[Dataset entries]
+ + + + + + +

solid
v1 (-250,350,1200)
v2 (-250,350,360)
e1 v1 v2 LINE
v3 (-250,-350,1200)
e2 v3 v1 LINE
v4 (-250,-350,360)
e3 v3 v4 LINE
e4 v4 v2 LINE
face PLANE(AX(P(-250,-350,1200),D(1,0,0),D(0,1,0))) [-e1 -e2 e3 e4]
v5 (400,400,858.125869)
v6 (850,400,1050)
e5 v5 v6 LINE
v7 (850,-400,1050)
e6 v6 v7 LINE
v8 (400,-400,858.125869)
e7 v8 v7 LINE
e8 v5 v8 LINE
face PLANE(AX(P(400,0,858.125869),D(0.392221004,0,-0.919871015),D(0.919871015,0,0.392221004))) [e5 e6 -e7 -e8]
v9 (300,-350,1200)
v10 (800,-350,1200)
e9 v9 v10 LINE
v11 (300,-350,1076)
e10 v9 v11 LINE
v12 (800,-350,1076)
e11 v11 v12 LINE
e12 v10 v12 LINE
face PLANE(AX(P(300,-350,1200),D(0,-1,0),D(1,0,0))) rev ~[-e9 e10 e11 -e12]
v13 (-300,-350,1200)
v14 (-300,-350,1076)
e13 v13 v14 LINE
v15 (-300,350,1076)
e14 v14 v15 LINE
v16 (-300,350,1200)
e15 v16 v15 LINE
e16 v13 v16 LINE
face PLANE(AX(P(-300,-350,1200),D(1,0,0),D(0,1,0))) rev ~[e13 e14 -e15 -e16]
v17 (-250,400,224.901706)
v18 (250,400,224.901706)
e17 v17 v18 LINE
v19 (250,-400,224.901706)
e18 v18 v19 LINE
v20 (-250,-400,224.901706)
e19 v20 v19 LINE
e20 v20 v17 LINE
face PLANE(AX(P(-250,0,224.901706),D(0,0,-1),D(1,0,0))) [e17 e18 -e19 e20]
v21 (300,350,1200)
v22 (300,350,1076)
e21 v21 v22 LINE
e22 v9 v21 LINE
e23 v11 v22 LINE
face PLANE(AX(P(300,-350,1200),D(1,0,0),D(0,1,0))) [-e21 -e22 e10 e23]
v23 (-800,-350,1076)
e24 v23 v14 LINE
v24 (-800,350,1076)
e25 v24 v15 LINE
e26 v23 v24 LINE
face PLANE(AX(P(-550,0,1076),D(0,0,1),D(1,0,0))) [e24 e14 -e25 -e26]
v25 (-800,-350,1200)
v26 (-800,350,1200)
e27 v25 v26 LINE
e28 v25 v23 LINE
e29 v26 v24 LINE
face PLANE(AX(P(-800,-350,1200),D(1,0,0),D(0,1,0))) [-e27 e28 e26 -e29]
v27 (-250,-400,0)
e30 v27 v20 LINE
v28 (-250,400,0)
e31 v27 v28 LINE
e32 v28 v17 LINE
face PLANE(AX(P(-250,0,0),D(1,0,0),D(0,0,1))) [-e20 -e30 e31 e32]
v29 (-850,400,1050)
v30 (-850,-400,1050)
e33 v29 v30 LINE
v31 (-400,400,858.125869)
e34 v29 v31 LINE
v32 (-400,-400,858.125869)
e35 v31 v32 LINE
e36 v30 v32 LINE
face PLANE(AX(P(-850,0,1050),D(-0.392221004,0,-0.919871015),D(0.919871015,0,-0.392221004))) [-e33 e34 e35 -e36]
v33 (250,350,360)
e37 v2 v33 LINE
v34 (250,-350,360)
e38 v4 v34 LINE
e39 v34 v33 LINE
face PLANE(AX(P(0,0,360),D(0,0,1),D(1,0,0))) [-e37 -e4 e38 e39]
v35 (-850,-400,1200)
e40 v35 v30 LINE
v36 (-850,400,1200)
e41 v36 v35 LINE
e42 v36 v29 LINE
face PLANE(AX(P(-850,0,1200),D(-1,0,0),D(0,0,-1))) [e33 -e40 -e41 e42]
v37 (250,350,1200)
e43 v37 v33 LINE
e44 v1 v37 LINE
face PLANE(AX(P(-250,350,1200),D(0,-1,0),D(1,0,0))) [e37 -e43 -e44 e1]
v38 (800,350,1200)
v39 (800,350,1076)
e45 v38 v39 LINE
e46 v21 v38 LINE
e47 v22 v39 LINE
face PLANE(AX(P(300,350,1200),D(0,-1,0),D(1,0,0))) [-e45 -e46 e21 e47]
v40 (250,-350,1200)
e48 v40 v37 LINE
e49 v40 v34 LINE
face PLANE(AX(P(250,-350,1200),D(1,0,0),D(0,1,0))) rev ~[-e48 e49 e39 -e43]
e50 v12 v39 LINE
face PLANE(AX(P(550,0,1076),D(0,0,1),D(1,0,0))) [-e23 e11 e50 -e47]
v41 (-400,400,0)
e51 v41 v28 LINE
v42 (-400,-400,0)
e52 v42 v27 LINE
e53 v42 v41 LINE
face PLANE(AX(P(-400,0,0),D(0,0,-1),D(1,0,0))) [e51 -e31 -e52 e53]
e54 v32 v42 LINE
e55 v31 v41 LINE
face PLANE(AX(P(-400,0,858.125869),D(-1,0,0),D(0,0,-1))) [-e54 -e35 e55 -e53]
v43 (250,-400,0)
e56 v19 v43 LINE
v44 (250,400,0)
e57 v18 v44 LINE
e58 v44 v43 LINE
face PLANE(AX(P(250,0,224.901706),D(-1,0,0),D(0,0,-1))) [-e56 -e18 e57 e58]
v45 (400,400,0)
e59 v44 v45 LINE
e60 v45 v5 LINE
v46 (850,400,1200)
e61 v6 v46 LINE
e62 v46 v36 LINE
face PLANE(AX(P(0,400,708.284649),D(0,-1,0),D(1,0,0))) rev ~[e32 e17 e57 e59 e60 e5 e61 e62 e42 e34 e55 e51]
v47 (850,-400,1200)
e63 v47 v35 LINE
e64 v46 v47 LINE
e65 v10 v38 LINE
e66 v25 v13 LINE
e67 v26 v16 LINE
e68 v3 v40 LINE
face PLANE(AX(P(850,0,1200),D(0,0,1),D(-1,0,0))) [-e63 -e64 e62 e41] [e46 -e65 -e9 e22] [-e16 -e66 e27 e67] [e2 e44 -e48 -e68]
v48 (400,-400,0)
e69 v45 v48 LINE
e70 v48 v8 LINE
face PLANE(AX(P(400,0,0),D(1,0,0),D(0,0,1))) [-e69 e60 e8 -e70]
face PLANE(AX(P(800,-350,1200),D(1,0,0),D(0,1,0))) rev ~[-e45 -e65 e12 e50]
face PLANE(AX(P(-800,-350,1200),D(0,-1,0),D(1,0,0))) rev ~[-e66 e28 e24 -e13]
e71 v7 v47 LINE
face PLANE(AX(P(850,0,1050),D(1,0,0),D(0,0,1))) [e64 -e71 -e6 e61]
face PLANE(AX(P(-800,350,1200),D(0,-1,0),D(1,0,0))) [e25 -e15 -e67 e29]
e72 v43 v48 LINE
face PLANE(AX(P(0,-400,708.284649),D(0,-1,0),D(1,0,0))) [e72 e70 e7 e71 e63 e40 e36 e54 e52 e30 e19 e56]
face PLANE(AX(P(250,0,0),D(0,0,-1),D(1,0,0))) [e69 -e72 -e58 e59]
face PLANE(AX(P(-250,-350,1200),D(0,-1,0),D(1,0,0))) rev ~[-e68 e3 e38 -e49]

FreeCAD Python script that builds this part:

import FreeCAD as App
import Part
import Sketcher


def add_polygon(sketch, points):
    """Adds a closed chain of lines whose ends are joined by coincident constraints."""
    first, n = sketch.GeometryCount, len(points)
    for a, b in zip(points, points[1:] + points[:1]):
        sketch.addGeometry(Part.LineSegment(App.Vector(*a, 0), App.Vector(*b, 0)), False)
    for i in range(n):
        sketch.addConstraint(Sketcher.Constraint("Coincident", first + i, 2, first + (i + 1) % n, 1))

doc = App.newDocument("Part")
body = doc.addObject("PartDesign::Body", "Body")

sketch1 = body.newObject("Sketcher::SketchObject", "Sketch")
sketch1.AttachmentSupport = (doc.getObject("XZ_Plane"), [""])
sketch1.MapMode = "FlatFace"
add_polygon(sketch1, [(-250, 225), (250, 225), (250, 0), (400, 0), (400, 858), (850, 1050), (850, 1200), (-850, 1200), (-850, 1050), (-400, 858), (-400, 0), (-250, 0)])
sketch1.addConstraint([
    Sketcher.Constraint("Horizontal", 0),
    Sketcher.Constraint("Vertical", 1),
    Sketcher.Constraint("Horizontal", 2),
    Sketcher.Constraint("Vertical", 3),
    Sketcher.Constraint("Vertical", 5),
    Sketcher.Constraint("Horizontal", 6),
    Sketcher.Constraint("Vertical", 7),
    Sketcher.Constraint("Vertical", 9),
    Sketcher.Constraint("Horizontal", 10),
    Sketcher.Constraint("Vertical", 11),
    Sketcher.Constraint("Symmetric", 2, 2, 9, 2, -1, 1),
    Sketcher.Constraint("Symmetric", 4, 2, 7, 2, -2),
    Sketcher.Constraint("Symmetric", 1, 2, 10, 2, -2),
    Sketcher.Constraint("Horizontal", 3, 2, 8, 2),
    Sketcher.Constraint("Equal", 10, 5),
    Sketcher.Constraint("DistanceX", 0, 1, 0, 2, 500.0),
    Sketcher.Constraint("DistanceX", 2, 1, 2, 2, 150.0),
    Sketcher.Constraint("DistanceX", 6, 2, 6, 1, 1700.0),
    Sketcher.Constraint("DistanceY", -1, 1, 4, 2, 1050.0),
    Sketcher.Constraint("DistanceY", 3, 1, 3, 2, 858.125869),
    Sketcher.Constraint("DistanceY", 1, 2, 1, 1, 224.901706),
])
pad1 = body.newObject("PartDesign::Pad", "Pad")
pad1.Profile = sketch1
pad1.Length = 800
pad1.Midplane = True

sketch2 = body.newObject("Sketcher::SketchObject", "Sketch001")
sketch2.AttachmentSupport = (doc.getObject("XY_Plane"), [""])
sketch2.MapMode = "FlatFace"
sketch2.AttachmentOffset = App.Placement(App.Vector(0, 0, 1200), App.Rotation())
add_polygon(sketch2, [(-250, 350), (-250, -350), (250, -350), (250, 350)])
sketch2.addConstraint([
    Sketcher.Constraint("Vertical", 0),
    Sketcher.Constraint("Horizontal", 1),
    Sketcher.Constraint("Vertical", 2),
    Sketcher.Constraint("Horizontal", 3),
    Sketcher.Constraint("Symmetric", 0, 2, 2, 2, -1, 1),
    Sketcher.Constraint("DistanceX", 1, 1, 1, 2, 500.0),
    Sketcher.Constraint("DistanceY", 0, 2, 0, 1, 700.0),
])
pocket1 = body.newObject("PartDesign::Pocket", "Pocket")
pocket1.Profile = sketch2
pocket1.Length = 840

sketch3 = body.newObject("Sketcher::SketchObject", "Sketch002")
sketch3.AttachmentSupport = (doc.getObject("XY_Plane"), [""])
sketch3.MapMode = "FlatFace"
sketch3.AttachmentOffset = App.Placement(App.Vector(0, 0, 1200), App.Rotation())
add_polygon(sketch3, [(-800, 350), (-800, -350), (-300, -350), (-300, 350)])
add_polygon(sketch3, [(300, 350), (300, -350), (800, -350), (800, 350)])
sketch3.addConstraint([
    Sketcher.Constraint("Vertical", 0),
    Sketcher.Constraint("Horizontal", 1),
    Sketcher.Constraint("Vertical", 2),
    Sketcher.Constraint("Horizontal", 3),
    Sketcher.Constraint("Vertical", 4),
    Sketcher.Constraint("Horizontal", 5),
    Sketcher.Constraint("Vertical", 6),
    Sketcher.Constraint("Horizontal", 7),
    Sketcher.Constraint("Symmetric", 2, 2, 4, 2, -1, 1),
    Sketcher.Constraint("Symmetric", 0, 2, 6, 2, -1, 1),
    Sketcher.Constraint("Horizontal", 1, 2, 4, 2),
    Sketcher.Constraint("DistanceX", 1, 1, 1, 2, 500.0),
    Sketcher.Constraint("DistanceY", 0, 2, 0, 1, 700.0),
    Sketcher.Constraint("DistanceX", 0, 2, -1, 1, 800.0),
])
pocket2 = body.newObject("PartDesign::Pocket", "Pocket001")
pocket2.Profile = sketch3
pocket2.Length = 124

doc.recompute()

+ + + + + + +

● EXERCISE INSTRUCTIONS
Taking the entries above, restate exactly those lines that fall between the line with "e20 v20 v17 LINE" and the line with "v23 (-800,-350,1076)", keeping both of those lines too.

● SOLUTION TO THE EXERCISE
e20 v20 v17 LINE
face PLANE(AX(P(-250,0,224.901706),D(0,0,-1),D(1,0,0))) [e17 e18 -e19 e20]
v21 (300,350,1200)
v22 (300,350,1076)
e21 v21 v22 LINE
e22 v9 v21 LINE
e23 v11 v22 LINE
face PLANE(AX(P(300,-350,1200),D(1,0,0),D(0,1,0))) [-e21 -e22 e10 e23]
v23 (-800,-350,1076)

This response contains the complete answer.